I attended a funeral last Wednesday morning and I couldn’t help but wonder when my time comes if I would leave the beautiful memories that this lady left. Along with the memories she had her own art show at her funeral and one of her best painting had been copied and was on the front of the bulletin for her service.
Her service was among the best I had ever attended and the art work displayed was awesome. From the drawing she did in her senior year I high school of three sewing projects she brought to life in the form of three well designed outfits. I thought she was a class act from the first minutes I met her.

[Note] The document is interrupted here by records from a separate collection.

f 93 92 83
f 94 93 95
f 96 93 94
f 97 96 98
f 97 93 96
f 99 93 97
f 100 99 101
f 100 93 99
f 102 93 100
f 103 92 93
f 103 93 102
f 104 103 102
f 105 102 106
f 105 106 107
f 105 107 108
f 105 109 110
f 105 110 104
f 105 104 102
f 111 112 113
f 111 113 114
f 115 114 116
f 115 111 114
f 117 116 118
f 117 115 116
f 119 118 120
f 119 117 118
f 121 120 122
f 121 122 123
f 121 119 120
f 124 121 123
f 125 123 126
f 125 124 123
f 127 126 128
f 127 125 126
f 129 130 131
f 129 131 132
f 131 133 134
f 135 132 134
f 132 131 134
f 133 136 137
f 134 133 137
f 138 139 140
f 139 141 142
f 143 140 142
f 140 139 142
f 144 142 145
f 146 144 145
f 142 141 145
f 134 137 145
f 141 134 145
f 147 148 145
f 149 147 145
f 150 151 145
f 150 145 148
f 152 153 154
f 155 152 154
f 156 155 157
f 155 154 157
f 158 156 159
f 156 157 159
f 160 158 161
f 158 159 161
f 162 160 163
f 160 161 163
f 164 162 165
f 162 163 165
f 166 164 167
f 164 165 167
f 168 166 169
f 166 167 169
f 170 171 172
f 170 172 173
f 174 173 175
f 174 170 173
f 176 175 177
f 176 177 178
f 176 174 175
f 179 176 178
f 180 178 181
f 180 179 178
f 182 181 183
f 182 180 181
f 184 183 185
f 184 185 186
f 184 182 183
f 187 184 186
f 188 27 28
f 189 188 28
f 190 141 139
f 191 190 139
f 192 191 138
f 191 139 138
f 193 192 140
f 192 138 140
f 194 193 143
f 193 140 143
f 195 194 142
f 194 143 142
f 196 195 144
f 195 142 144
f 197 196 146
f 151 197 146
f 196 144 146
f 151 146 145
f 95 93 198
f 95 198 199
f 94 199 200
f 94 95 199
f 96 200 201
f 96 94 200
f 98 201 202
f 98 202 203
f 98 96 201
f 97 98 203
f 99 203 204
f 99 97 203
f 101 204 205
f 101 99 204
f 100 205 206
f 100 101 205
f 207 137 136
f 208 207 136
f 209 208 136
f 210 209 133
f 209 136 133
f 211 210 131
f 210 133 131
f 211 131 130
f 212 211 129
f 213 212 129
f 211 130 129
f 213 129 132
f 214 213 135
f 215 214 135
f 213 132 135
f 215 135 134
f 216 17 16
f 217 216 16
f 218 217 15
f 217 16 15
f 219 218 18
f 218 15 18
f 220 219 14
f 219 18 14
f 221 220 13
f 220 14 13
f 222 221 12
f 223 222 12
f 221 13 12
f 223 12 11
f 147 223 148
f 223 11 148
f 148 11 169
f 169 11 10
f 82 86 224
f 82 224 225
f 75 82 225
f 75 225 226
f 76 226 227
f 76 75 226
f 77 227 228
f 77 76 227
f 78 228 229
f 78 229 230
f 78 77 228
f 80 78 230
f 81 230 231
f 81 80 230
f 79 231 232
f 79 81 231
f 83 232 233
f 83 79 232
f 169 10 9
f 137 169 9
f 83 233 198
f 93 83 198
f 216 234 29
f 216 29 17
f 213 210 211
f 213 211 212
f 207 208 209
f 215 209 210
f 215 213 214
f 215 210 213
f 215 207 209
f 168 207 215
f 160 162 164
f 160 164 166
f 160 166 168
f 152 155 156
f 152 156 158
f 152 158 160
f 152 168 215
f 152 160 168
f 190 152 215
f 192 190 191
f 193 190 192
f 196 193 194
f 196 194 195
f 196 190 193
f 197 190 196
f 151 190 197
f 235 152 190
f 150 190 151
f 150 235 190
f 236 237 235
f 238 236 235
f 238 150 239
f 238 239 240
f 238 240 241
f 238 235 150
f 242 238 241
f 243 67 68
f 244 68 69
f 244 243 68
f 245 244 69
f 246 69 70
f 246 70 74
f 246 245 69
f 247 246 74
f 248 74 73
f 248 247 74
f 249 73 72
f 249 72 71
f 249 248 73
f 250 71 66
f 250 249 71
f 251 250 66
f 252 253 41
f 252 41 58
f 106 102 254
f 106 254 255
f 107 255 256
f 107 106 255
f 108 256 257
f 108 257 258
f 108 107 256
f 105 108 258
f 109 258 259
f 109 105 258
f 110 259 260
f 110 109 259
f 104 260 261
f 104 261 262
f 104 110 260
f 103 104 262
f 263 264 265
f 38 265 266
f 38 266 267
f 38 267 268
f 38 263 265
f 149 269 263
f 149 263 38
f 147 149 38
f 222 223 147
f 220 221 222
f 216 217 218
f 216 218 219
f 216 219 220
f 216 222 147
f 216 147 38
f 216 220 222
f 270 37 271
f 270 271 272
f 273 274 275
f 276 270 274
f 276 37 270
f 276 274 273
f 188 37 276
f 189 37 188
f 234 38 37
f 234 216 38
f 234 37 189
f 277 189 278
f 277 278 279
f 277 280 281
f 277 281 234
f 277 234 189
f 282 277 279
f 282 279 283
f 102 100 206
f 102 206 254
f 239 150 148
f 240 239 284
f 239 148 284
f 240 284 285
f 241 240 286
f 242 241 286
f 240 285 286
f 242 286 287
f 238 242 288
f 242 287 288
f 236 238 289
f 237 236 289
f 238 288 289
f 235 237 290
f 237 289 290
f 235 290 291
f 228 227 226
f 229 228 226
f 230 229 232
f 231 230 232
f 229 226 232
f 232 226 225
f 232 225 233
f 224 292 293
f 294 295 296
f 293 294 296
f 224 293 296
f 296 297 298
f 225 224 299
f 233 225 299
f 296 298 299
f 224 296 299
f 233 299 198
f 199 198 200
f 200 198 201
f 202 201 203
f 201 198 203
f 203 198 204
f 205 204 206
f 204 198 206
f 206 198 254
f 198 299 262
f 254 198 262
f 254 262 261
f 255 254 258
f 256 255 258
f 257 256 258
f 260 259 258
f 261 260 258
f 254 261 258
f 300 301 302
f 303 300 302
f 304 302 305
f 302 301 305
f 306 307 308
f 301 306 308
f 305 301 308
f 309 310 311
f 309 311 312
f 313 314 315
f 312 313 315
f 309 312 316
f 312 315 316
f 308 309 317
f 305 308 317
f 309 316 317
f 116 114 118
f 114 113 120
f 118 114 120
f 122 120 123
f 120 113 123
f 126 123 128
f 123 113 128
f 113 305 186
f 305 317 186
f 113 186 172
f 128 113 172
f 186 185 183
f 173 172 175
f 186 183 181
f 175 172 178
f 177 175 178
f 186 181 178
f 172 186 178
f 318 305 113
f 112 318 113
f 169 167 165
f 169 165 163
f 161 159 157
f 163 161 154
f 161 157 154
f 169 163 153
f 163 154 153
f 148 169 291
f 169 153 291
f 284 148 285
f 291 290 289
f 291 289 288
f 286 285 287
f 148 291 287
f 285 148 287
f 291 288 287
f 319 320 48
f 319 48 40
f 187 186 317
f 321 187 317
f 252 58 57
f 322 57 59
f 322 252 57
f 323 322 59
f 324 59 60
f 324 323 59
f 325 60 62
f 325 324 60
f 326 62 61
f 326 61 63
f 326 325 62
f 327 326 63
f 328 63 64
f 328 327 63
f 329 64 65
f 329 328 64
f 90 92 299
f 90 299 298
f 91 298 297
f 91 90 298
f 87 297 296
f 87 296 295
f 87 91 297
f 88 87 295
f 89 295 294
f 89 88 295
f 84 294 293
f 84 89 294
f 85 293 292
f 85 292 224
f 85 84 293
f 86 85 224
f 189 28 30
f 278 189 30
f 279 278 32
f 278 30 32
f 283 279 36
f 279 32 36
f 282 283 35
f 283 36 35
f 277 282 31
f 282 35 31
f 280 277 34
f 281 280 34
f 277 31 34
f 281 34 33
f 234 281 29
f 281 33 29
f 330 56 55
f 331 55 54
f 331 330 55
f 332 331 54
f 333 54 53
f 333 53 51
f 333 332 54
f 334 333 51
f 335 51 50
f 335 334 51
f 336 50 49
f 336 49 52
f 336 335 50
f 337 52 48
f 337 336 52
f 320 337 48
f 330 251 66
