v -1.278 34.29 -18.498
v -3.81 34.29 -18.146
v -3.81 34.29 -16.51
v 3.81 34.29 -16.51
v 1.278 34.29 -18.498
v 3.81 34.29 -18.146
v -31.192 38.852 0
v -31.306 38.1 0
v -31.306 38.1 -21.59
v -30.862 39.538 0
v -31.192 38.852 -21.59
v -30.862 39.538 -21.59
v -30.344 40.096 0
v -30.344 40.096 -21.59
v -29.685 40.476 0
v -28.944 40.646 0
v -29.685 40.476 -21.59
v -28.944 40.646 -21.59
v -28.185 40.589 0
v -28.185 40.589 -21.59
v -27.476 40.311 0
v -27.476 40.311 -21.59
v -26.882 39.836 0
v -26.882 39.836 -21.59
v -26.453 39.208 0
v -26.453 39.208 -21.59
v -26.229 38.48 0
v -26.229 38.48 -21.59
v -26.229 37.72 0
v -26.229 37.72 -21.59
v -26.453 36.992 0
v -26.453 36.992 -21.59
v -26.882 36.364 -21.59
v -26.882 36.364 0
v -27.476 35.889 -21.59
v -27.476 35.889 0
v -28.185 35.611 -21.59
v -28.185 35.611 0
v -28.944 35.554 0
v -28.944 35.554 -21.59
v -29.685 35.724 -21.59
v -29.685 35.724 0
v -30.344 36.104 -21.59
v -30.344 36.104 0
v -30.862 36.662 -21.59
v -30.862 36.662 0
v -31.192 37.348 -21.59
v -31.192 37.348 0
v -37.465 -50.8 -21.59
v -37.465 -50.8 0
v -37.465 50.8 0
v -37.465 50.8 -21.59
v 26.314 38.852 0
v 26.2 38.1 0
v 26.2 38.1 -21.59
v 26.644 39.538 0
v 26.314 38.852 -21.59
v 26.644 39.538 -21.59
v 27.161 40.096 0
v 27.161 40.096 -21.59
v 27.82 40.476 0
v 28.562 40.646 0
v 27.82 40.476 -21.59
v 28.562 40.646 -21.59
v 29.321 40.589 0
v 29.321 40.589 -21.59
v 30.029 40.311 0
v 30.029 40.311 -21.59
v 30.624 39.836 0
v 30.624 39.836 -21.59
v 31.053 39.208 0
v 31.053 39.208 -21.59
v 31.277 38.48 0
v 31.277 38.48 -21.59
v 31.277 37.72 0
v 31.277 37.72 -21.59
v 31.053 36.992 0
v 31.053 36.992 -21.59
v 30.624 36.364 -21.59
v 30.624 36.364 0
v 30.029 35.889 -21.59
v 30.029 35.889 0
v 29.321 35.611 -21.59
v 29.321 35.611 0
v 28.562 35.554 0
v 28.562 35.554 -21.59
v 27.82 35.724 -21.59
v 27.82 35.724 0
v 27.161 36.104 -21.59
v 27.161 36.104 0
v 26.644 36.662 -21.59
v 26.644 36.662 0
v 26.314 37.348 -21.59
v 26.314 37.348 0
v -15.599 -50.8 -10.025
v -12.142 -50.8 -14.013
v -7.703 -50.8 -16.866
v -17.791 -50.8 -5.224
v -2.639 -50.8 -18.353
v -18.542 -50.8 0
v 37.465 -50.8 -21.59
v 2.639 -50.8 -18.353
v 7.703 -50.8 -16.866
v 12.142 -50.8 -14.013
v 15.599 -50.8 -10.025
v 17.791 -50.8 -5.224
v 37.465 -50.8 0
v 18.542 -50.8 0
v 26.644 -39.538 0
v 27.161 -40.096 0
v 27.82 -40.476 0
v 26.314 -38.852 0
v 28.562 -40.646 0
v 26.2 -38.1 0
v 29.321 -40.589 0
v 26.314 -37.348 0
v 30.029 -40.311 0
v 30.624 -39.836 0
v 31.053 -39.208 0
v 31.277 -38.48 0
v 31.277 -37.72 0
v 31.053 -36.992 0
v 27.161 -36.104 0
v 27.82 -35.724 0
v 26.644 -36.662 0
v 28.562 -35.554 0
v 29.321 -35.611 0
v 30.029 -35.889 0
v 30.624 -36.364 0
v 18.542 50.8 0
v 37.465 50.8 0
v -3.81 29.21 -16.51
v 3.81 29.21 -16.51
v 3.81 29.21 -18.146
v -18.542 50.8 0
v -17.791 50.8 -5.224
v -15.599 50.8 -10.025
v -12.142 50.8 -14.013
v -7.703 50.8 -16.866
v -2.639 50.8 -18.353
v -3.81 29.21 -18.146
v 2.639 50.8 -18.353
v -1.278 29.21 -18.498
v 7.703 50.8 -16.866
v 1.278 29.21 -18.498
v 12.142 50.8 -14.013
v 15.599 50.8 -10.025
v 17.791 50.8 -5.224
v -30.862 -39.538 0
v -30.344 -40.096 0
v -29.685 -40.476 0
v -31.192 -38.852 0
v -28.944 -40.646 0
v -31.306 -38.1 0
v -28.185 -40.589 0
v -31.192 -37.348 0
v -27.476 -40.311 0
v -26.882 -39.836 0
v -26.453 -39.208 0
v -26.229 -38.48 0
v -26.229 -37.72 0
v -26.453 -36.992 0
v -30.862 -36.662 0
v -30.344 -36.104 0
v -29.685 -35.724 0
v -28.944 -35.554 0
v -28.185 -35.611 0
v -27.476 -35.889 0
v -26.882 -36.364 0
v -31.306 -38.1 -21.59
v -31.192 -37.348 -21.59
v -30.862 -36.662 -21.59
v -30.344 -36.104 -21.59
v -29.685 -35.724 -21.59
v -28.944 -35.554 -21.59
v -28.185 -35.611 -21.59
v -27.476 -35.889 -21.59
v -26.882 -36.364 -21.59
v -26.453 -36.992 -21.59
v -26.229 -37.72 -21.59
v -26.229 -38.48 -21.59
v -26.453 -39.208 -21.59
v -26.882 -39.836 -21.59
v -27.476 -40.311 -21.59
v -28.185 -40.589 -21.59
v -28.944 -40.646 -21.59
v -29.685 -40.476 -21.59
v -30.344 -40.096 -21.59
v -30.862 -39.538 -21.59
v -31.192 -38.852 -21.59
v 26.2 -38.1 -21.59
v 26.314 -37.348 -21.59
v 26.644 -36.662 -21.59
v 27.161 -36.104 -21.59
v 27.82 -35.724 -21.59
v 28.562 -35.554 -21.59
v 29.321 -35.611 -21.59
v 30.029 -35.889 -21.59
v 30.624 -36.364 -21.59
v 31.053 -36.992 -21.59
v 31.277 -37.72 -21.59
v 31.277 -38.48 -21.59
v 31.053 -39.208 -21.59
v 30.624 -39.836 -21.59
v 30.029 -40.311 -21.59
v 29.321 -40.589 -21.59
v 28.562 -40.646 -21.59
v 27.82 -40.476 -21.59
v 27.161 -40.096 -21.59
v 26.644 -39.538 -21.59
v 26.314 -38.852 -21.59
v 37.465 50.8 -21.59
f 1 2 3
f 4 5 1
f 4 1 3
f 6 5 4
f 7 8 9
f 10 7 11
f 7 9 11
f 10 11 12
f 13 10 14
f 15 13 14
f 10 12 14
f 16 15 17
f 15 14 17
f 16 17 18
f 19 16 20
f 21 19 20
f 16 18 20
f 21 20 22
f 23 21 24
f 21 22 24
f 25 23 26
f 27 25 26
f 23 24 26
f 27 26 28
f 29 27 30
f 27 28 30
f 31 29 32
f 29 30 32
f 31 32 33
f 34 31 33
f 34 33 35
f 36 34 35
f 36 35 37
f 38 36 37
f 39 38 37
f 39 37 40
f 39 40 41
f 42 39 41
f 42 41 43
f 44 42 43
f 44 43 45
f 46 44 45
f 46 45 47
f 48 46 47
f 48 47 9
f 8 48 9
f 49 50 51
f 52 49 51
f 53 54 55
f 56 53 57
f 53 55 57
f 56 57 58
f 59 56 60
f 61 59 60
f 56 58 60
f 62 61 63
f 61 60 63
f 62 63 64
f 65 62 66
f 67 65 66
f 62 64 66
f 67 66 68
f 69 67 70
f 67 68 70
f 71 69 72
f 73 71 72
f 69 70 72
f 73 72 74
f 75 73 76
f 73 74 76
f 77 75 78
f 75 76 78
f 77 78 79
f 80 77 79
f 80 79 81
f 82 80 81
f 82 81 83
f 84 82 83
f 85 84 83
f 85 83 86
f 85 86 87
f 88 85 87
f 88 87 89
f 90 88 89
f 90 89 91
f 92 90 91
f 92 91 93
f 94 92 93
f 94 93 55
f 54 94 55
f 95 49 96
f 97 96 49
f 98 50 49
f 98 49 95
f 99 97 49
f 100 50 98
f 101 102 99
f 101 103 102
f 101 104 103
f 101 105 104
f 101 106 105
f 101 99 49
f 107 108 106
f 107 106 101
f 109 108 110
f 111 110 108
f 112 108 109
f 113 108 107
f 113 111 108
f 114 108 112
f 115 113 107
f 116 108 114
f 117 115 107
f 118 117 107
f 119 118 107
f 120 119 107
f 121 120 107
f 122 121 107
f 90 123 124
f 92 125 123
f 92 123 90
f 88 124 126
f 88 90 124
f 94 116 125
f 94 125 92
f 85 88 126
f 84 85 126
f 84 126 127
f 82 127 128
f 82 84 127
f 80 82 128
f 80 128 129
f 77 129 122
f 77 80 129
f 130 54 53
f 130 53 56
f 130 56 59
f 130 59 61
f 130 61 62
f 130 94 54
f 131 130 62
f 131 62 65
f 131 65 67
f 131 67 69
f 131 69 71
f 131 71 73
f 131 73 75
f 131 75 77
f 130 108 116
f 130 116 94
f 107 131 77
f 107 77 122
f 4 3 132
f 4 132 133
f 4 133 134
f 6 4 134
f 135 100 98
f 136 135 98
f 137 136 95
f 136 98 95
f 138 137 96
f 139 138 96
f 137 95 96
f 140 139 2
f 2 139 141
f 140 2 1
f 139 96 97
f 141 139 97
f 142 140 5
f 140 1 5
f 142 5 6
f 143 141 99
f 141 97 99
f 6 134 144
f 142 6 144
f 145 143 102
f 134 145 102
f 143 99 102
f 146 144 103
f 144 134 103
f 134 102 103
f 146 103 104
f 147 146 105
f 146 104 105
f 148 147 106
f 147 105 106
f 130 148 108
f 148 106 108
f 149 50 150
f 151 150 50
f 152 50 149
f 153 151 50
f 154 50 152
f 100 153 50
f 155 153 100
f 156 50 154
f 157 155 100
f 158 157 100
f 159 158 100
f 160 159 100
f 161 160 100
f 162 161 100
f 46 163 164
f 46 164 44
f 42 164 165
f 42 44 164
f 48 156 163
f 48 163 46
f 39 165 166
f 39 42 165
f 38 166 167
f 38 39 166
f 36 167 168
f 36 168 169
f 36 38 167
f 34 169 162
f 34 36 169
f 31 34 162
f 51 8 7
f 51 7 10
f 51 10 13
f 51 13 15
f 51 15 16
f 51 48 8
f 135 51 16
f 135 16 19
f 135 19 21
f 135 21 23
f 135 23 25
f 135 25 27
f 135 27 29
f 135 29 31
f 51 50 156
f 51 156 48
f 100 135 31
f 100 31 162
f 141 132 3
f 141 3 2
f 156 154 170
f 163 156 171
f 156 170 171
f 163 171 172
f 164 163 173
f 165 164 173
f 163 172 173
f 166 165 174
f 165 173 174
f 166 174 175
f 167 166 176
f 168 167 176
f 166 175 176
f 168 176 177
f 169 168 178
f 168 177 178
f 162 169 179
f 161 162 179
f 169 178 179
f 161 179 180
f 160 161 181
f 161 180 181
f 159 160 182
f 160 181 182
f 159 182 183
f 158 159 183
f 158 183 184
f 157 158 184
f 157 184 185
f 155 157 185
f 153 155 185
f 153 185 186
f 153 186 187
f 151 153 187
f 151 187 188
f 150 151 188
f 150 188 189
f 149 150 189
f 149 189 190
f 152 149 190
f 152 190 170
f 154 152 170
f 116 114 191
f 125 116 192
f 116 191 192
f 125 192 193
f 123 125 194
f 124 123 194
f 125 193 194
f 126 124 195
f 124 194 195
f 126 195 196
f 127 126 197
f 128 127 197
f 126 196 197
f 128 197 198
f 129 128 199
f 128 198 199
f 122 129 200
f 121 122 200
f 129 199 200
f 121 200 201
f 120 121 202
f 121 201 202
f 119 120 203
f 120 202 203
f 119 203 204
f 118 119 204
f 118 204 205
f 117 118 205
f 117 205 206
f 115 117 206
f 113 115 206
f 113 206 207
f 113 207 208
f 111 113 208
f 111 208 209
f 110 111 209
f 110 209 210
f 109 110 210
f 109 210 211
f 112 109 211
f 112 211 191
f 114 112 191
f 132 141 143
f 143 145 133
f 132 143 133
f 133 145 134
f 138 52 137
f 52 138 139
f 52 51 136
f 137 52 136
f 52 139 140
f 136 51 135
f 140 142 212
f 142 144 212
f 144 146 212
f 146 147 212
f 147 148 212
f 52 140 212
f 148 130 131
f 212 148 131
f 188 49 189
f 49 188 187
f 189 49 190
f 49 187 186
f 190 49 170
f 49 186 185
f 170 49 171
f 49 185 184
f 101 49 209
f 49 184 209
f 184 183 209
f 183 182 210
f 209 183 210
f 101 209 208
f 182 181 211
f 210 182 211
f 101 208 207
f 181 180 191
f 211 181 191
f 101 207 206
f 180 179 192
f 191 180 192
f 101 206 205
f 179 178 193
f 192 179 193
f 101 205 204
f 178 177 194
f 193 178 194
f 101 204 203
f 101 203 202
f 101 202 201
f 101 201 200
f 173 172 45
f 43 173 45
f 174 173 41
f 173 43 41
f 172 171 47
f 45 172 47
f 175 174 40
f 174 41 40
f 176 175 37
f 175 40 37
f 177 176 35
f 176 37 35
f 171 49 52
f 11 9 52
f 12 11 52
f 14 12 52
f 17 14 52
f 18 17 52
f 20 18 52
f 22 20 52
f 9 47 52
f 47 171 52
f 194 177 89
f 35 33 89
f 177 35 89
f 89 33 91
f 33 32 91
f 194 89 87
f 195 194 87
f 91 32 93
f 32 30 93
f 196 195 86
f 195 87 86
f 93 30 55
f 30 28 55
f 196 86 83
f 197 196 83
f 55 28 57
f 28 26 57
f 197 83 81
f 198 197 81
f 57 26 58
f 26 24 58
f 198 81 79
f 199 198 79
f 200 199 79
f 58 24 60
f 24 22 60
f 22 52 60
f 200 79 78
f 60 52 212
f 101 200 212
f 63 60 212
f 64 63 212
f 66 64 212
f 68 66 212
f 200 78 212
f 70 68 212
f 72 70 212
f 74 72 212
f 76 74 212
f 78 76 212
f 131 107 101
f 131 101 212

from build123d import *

# Parameters (mm, degrees)
SKETCH1_W                   = 74.93
SKETCH1_H                   = 101.6
BOSS_EXTRUDE2_DEPTH         = 21.59
CUT_EXTRUDE2_DEPTH          = 111.418813275
CUT_EXTRUDE2_DEPTH_BACK     = 111.418813275
SKETCH4_W                   = 7.62
SKETCH4_H                   = 5.08
BOSS_EXTRUDE3_DEPTH         = 2.54
TAP_DRILL_FOR_1_4_20_TAP1_D = 5.1054


with BuildPart() as part:
    # Sketch1 → Boss-Extrude2 (new body)
    with BuildSketch(Plane.XY):
        Rectangle(SKETCH1_W, SKETCH1_H)
    extrude(amount=-BOSS_EXTRUDE2_DEPTH)

    # Sketch2 → Cut-Extrude2 (cut, two sides: drawn at the far end of the back side and taken through both)
    with BuildSketch(Plane(origin=(0, 50.8, 0), x_dir=(1, 0, 0), z_dir=(0, 1, 0)).offset(-CUT_EXTRUDE2_DEPTH_BACK)):
        with BuildLine():
            Line((-18.542, -130.048526005), (-18.542, 0))
            ThreePointArc((-18.542, 0), (0, 18.542), (18.542, 0))
            Line((18.542, 0), (18.542, -130.048526005))
            Line((18.542, -130.048526005), (18.542, -390.145578015))
            Line((18.542, -390.145578015), (-18.542, -390.145578015))
            Line((-18.542, -390.145578015), (-18.542, -130.048526005))
        make_face()
    extrude(amount=CUT_EXTRUDE2_DEPTH + CUT_EXTRUDE2_DEPTH_BACK, mode=Mode.SUBTRACT)

    # Sketch4 → Boss-Extrude3 (add, symmetric)
    with BuildSketch(Plane(origin=(0, 31.75, 0), x_dir=(1, 0, 0), z_dir=(0, 1, 0))):
        with Locations((0, 19.05)):
            Rectangle(SKETCH4_W, SKETCH4_H)
    extrude(amount=BOSS_EXTRUDE3_DEPTH, both=True)

    # Tap Drill for 1/4-20 Tap1 (through all)
    with Locations(Plane.XY):
        with Locations((-28.7528, 38.1), (28.7528, 38.1), (-28.7528, -38.1), (28.7528, -38.1)):
            Hole(TAP_DRILL_FOR_1_4_20_TAP1_D / 2)


solid = part.part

We left the gathering in a hurry because a storm was on its way. The storm started before we arrived home. The wind blew and the rain came down by the buckets. I had prayed for the rain so I wouldn’t have to water the garden. So I was glad for the rain.
In no time our power was out and the corn in my garden was flat on the ground. It was the first time I had planted corn and I delighted in watching it grow from the kitchen window. It has stated to tassel and I could see corn silks on one small ear of corn. Now, here it was laying flat on the ground. There were too many stalks to try and stake them all back up. So I gave up on the corn…just like I do on a lot of things. I felt beat and I felt flat.
I had lost a friend a couple of weeks back and I think the funeral, losing power to our house for over seven hours and my corn being the only visible evidence of my lost brought me to tears. I had been suffering in silence over my friend leaving and the storm brought it all to a head.
Two days later the corn started to lift its self towards the sky. It was as though a sun beam was holding on to each stalk and helping it to stand up straight again.
That was what I needed to see in order to understand that I needed to look up to God and know in my heart that one friend was in heaven and the other one chose to leave for a reason and God would look after my friend too. I just pray I wasn't the reason.